# How to use crown pcc-160



## fhs-tech

Can anyone give me some good operating guidelines for these mics? Such as how far downstage of action? Spacing? Everytime I try to use these they seem to be no help. Any help would be greatly appreciated.


----------



## mbenonis

In my experience, floor mics can be very difficult to use. When you use them, try to place them as far downstage as any action goes, so that nobody steps on them, but as close to the actors as you can get. As far as numbers and spacing, use an odd number if you can (with one in the center of the stage), and use as few as you can so you can avoid phasing issues. Otherwise, just set the gain carefully and mix carefully, and you should get decent sound out of them with a minimum of feedback.


----------



## soundlight

I use three, all on the edge of the apron, because we always use all of the stage (all the way up to the edge of the apron). I always phase (polarity) reverse the middle one so that I don't have interference problems. Also, the balance between gain and volume level is VERY important and must be tweaked to perfection for these mics to work to their highest potential.


----------



## Andy_Leviss

> I always phase (polarity) reverse the middle one so that I don't have interference problems.



Polarity reversing the middle one isn't going to help you with phasing in that situation. The phasing that causes a problem in PCCs that are in overlapping pickup areas is over a much wider range than just being 180-degrees out of phase and is not linear across the entire bandwidth of the microphone. All polarity reversing does is produce an end result that is effectively the same as putting the input exactly 180-degrees out of phase across the entire bandwidth. It may help things minorly, it may do nothing, or it may make things worse. And then an actor can take two steps, and all the relationships involved will change.

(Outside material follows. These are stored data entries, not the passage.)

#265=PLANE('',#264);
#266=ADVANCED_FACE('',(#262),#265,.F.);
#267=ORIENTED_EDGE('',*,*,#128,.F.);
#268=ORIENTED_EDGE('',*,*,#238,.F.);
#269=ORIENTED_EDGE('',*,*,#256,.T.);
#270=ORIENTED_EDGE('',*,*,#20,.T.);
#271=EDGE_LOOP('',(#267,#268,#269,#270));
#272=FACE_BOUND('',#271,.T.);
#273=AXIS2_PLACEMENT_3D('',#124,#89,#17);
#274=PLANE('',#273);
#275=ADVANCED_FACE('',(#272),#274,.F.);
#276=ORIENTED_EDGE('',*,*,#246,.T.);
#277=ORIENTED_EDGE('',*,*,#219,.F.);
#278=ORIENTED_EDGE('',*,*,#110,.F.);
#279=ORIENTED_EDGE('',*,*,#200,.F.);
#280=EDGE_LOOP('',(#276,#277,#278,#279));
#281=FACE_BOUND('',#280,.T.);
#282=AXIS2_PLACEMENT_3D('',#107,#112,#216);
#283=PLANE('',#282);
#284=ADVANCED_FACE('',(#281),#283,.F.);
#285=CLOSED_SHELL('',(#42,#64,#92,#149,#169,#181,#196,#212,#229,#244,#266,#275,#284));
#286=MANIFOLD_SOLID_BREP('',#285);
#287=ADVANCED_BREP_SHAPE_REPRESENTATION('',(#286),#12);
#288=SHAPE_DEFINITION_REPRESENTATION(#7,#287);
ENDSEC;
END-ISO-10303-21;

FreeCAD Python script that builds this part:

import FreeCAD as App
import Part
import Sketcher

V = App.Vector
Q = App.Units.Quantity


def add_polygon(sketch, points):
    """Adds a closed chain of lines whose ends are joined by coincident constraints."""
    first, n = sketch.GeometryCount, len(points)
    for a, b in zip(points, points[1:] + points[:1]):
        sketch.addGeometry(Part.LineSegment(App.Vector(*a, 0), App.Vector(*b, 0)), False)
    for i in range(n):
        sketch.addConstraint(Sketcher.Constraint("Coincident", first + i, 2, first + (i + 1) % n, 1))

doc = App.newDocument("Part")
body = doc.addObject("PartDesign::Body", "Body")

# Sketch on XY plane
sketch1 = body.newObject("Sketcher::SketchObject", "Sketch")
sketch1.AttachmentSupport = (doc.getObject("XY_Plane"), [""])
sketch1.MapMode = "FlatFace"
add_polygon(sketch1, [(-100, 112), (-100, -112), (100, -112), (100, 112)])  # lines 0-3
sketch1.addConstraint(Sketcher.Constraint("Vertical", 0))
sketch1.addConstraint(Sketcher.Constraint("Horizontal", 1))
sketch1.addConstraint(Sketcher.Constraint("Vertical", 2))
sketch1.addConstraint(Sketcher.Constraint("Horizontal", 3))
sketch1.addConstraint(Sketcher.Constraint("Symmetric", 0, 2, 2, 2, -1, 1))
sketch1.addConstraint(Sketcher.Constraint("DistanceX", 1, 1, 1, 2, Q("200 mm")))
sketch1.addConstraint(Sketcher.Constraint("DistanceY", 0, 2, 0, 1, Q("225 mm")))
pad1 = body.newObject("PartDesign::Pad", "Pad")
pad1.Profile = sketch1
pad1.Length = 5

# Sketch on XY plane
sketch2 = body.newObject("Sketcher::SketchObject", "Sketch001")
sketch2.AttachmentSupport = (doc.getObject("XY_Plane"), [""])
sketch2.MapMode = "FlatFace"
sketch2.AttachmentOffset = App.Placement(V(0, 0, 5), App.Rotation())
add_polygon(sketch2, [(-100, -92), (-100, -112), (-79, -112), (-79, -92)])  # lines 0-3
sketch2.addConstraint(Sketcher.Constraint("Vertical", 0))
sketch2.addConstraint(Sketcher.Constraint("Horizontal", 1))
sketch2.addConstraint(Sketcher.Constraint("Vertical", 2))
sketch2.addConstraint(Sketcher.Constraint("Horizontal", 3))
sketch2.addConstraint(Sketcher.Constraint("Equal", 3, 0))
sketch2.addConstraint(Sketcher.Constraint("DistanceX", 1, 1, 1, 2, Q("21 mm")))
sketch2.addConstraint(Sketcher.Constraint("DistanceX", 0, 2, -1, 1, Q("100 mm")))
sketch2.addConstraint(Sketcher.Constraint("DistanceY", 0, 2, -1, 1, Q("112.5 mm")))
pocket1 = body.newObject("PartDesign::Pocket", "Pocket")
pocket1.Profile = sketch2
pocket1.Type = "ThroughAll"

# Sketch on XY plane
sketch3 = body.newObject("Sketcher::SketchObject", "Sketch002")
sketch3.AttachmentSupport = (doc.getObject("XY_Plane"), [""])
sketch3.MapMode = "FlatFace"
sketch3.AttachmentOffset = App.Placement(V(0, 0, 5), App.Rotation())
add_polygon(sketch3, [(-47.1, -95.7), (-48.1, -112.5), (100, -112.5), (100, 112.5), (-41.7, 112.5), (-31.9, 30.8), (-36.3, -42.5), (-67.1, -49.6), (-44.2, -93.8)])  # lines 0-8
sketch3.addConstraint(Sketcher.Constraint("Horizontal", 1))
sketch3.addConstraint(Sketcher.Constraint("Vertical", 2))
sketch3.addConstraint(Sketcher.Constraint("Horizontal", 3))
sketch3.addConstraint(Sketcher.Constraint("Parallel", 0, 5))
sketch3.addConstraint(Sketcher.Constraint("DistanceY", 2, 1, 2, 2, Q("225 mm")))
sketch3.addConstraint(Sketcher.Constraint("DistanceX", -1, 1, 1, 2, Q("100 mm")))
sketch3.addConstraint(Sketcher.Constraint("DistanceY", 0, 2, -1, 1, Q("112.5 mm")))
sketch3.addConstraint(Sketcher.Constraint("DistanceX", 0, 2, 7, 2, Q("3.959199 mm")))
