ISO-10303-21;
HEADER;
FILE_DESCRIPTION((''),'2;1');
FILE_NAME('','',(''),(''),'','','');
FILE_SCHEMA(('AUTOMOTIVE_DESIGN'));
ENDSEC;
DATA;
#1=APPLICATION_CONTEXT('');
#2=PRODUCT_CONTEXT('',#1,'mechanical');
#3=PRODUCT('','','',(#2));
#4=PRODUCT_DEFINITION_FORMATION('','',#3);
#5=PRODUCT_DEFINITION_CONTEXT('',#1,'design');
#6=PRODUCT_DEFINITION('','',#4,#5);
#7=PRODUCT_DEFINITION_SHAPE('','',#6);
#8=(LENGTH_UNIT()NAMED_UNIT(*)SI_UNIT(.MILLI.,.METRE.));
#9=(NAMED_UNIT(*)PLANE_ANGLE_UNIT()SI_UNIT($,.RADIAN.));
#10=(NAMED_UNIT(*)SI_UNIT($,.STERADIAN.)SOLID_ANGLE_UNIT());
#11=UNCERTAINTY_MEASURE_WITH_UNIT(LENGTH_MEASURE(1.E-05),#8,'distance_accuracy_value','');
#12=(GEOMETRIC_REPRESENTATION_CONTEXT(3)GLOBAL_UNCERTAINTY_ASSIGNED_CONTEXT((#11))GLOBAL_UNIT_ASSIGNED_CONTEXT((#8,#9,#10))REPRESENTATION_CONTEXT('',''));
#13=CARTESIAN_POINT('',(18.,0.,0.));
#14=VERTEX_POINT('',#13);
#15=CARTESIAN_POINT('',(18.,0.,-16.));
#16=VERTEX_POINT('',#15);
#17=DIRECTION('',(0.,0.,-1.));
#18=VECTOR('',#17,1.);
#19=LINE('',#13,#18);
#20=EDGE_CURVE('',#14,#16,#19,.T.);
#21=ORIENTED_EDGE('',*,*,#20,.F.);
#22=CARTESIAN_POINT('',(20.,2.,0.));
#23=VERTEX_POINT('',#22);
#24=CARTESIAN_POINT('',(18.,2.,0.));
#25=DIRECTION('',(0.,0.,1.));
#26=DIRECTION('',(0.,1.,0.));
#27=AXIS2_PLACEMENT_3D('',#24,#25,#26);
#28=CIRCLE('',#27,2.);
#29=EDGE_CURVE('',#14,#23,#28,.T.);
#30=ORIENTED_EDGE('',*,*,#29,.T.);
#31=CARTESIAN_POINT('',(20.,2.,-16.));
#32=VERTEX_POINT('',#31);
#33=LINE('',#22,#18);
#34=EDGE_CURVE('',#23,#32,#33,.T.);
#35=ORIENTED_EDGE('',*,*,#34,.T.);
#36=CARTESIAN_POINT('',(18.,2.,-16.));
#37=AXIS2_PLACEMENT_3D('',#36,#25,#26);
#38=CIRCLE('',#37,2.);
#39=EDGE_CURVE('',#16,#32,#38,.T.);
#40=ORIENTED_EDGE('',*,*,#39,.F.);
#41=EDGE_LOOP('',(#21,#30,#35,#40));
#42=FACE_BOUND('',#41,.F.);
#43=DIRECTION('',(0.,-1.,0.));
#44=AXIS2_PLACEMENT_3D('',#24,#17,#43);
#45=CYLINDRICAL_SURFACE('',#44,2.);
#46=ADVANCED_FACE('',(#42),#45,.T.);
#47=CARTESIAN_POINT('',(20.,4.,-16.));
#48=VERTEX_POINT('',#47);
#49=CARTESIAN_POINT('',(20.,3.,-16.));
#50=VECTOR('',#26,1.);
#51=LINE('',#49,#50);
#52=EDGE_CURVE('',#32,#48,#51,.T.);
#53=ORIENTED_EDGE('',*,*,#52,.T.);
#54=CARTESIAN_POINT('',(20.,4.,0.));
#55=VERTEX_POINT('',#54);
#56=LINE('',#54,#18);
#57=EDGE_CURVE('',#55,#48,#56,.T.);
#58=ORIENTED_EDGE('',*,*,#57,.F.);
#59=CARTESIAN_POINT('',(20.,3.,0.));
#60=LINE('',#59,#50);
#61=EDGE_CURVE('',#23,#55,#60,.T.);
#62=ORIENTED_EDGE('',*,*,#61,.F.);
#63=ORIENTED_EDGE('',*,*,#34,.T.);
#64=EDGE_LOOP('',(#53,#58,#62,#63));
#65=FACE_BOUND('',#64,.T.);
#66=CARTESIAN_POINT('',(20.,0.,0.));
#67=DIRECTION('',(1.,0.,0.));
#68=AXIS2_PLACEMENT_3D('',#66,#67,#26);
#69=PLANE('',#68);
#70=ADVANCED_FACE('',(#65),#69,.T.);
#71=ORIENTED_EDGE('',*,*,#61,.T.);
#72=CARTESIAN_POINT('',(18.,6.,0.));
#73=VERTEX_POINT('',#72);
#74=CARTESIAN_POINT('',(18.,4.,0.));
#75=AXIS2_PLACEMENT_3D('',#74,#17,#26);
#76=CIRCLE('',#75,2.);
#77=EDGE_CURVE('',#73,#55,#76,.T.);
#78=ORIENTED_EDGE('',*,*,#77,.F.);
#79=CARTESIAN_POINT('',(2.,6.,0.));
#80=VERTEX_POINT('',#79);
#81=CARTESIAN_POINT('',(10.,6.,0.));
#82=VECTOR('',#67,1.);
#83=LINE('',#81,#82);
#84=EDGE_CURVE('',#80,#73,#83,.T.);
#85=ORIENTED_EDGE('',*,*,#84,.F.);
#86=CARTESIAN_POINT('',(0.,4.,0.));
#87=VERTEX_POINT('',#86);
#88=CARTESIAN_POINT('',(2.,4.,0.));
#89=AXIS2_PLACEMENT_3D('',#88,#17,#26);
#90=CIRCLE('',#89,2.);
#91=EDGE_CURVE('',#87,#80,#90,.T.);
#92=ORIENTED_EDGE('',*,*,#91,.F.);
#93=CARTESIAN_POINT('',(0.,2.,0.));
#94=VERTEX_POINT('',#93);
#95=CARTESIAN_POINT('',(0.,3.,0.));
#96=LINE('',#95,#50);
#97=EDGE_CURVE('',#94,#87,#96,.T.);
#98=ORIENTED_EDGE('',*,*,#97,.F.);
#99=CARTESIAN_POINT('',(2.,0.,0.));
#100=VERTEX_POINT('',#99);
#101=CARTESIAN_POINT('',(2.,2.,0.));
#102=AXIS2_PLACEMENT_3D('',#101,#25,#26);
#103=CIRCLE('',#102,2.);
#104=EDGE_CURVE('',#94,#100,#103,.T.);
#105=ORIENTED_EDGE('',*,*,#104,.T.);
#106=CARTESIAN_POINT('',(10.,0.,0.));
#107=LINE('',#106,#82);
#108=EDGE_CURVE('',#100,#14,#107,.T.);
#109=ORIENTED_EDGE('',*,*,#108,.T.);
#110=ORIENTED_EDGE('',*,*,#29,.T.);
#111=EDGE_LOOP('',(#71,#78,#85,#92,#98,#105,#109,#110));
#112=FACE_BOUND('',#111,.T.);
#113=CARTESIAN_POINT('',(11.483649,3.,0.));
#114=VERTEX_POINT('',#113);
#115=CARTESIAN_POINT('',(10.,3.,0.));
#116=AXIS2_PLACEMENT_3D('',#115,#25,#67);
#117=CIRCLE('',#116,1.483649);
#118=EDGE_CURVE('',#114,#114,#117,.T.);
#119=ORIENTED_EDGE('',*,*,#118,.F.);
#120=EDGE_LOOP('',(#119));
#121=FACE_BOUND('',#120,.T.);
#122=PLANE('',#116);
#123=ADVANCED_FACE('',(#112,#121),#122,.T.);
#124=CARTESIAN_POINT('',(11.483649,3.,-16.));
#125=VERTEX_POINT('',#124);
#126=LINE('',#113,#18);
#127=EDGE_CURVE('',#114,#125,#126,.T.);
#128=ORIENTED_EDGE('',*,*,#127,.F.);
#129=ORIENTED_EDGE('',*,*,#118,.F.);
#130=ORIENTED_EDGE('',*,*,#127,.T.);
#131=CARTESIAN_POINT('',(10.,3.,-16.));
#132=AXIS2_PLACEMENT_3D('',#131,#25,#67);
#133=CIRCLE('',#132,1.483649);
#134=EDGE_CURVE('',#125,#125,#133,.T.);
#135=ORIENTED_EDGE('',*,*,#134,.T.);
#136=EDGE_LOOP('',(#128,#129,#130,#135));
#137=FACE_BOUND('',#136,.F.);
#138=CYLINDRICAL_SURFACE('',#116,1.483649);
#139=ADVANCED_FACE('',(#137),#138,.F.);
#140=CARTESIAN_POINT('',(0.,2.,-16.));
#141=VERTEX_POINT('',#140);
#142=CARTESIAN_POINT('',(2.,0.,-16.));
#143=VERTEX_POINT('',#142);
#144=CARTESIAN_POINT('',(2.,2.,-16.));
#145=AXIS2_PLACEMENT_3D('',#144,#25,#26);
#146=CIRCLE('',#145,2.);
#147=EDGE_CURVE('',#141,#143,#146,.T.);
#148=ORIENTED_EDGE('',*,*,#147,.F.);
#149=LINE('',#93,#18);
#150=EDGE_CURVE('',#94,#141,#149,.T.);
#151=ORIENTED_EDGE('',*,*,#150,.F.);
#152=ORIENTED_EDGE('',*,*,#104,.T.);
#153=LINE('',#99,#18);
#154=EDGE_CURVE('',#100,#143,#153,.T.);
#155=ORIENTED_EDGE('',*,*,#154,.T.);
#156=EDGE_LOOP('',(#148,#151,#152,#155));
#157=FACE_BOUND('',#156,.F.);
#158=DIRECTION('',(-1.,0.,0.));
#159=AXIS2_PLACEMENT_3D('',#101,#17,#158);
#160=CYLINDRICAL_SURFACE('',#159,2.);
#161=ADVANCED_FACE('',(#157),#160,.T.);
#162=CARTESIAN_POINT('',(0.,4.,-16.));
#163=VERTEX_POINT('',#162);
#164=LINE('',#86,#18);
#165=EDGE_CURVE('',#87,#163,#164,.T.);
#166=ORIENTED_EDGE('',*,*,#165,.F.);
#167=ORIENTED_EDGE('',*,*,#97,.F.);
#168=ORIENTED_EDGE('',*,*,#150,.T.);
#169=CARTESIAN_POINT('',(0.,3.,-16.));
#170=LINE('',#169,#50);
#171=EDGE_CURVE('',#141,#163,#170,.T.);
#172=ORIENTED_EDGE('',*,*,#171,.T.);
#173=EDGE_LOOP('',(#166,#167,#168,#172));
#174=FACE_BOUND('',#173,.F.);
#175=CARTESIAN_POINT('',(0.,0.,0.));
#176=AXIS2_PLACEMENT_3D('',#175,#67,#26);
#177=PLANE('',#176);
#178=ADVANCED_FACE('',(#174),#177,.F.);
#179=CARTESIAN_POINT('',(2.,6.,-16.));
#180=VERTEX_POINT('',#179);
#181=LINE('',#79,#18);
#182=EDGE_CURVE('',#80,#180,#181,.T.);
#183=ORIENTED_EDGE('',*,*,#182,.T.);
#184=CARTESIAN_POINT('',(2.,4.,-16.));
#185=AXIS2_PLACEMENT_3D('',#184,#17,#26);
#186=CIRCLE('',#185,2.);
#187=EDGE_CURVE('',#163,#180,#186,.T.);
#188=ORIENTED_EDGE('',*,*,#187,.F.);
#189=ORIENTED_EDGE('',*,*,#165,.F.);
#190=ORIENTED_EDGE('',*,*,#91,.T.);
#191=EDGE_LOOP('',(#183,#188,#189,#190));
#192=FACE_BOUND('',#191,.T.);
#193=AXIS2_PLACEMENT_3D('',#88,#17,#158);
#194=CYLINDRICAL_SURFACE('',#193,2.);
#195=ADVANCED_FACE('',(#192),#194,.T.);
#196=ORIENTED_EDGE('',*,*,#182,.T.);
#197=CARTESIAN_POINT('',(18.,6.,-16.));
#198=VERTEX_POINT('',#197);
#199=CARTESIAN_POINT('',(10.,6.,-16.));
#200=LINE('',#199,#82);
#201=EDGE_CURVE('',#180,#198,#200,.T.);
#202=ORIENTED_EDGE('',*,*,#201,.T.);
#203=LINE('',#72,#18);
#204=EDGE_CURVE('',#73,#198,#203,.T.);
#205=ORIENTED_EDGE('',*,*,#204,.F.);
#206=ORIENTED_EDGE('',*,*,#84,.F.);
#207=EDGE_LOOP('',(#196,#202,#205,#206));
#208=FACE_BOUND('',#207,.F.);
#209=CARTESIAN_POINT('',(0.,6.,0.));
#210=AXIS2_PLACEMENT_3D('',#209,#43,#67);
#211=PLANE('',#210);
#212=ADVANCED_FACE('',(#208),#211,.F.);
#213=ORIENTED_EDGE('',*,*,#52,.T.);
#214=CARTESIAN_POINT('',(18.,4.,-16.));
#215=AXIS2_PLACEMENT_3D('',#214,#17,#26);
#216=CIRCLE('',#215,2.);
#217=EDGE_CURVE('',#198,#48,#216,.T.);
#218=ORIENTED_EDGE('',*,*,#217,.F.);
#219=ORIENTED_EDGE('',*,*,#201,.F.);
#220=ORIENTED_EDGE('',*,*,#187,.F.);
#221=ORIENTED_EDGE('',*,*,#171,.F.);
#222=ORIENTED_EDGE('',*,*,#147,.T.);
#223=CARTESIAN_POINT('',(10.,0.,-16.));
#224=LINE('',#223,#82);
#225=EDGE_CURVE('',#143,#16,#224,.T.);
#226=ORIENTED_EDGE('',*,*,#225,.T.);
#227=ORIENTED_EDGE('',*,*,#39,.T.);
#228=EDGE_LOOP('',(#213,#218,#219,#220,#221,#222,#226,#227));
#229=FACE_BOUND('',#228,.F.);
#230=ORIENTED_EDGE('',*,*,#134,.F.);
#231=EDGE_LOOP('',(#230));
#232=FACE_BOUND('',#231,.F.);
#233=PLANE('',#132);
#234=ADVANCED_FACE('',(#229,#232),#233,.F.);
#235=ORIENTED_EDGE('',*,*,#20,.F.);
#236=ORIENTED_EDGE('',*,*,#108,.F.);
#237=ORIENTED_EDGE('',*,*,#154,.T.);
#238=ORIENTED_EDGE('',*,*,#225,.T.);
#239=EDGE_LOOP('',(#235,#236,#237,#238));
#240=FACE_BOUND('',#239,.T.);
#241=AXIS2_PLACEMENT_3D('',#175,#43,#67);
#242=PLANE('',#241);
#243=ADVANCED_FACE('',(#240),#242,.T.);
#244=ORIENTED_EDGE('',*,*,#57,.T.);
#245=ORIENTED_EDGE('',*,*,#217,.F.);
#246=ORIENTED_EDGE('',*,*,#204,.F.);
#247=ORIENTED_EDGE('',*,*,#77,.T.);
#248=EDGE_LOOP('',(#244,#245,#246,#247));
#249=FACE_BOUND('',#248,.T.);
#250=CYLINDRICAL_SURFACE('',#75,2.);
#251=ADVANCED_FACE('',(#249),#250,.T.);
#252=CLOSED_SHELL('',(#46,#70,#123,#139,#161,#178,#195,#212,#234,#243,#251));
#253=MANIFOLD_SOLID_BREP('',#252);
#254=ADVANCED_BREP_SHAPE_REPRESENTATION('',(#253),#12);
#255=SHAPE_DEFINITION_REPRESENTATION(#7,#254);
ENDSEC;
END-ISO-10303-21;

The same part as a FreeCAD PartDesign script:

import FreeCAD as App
import Part
import Sketcher

V = App.Vector


def edges_at(feature, points):
    """Names of the edges that pass closest to the given points."""
    edges = feature.Shape.Edges
    near = lambda p: min(range(len(edges)), key=lambda i: edges[i].distToShape(Part.Vertex(*p))[0])
    return sorted({f"Edge{near(p) + 1}" for p in points})


def add_polygon(sketch, points):
    """Adds a closed chain of lines whose ends are joined by coincident constraints."""
    first, n = sketch.GeometryCount, len(points)
    for a, b in zip(points, points[1:] + points[:1]):
        sketch.addGeometry(Part.LineSegment(App.Vector(*a, 0), App.Vector(*b, 0)), False)
    for i in range(n):
        sketch.addConstraint(Sketcher.Constraint("Coincident", first + i, 2, first + (i + 1) % n, 1))

doc = App.newDocument("Part")
params = doc.addObject("Spreadsheet::Sheet", "Params")
for row, (alias, value) in enumerate([
    ("sketch1_width", "20 mm"),
    ("sketch1_height", "6 mm"),
    ("pad1_length", "16 mm"),
    ("fillet_radius", "2 mm"),
], start=1):
    params.set(f"A{row}", alias)
    params.set(f"B{row}", "=" + value)
    params.setAlias(f"B{row}", alias)

body = doc.addObject("PartDesign::Body", "Body")

sketch1 = body.newObject("Sketcher::SketchObject", "Sketch")
sketch1.AttachmentSupport = (doc.getObject("XY_Plane"), [""])
sketch1.MapMode = "FlatFace"
add_polygon(sketch1, [(0, 6), (0, 0), (20, 0), (20, 6)])
sketch1.addGeometry(Part.Circle(V(10, 3, 0), V(0, 0, 1), 1.5), False)
sketch1.addConstraint([
    Sketcher.Constraint("Vertical", 0),
    Sketcher.Constraint("Horizontal", 1),
    Sketcher.Constraint("Vertical", 2),
    Sketcher.Constraint("Horizontal", 3),
    Sketcher.Constraint("Coincident", 0, 2, -1, 1),
    Sketcher.Constraint("DistanceX", 1, 1, 1, 2, 20.0),
    Sketcher.Constraint("DistanceY", 0, 2, 0, 1, 6.0),
    Sketcher.Constraint("DistanceX", -1, 1, 4, 3, 10.0),
    Sketcher.Constraint("DistanceY", -1, 1, 4, 3, 3.0),
    Sketcher.Constraint("Diameter", 4, 2.967298),
])
sketch1.setExpression("Constraints[9]", "Params.sketch1_width")
sketch1.setExpression("Constraints[10]", "Params.sketch1_height")
pad1 = body.newObject("PartDesign::Pad", "Pad")
pad1.Profile = sketch1
pad1.setExpression("Length", "Params.pad1_length")
pad1.Reversed = True
doc.recompute()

The only way to effectively use multiple overlapping PCCs (or any other mic) is to actively mix them. Theoretically, a GOOD automatic mixer could work for a situation like a meeting, but for a play or other performance it's not going to be anywhere near as good as mixing manually.


----------



## PATech

One little trick that I recently picked up from an old hand who's been mixing professionally since far before I was born is to incline the mic slightly towards the stage. He sets the mics up on a layer of foam that is slightly sloped (about 10 degrees or so) towards the stage. We used this technique when a touring tap-dance company came through and the increased quality of the pick-up and gain-before-feedback was impressive. With a few EQ cuts to take care of some hollowness in the sound, the PCC's picked up the taps faithfully and they sounded really transparent in the mix with the live jazz band in the pit. Has anyone else had success with this technique?


----------



## tonedeafsoundguy

The biggest problem we have with any pcc is to get too far forward on the stage. The reason for this is that we have a speaker cluster hanging just in front of the proscenium. Moving the mic down stage puts the mic pickup range too near the speaker output range. This doesn't allow for a lot of gain before feedback. We also have an hydraulic pit and the stage is hollow from pit edge to plaster line, so using floor mics we have to put foam under the mics to reduce the drum effect of the hollow stage. 
Yes tilting the mics 10 deg. does help.


----------



## mbenonis

I also place my PCC's on a piece of foam to reduce footstep noise. If you're wondering where to get foam cheap, you may not need to look further than your resident lampies. If they order Osram lamps, chances are they come wrapped in a piece of foam which is just the right thickness for use with floor mics. Just ask them to save it for you.


----------



## cutlunch

fhs-tech said:


> Can anyone give me some good operating guidelines for these mics? Such as how far downstage of action? Spacing? Everytime I try to use these they seem to be no help. Any help would be greatly appreciated.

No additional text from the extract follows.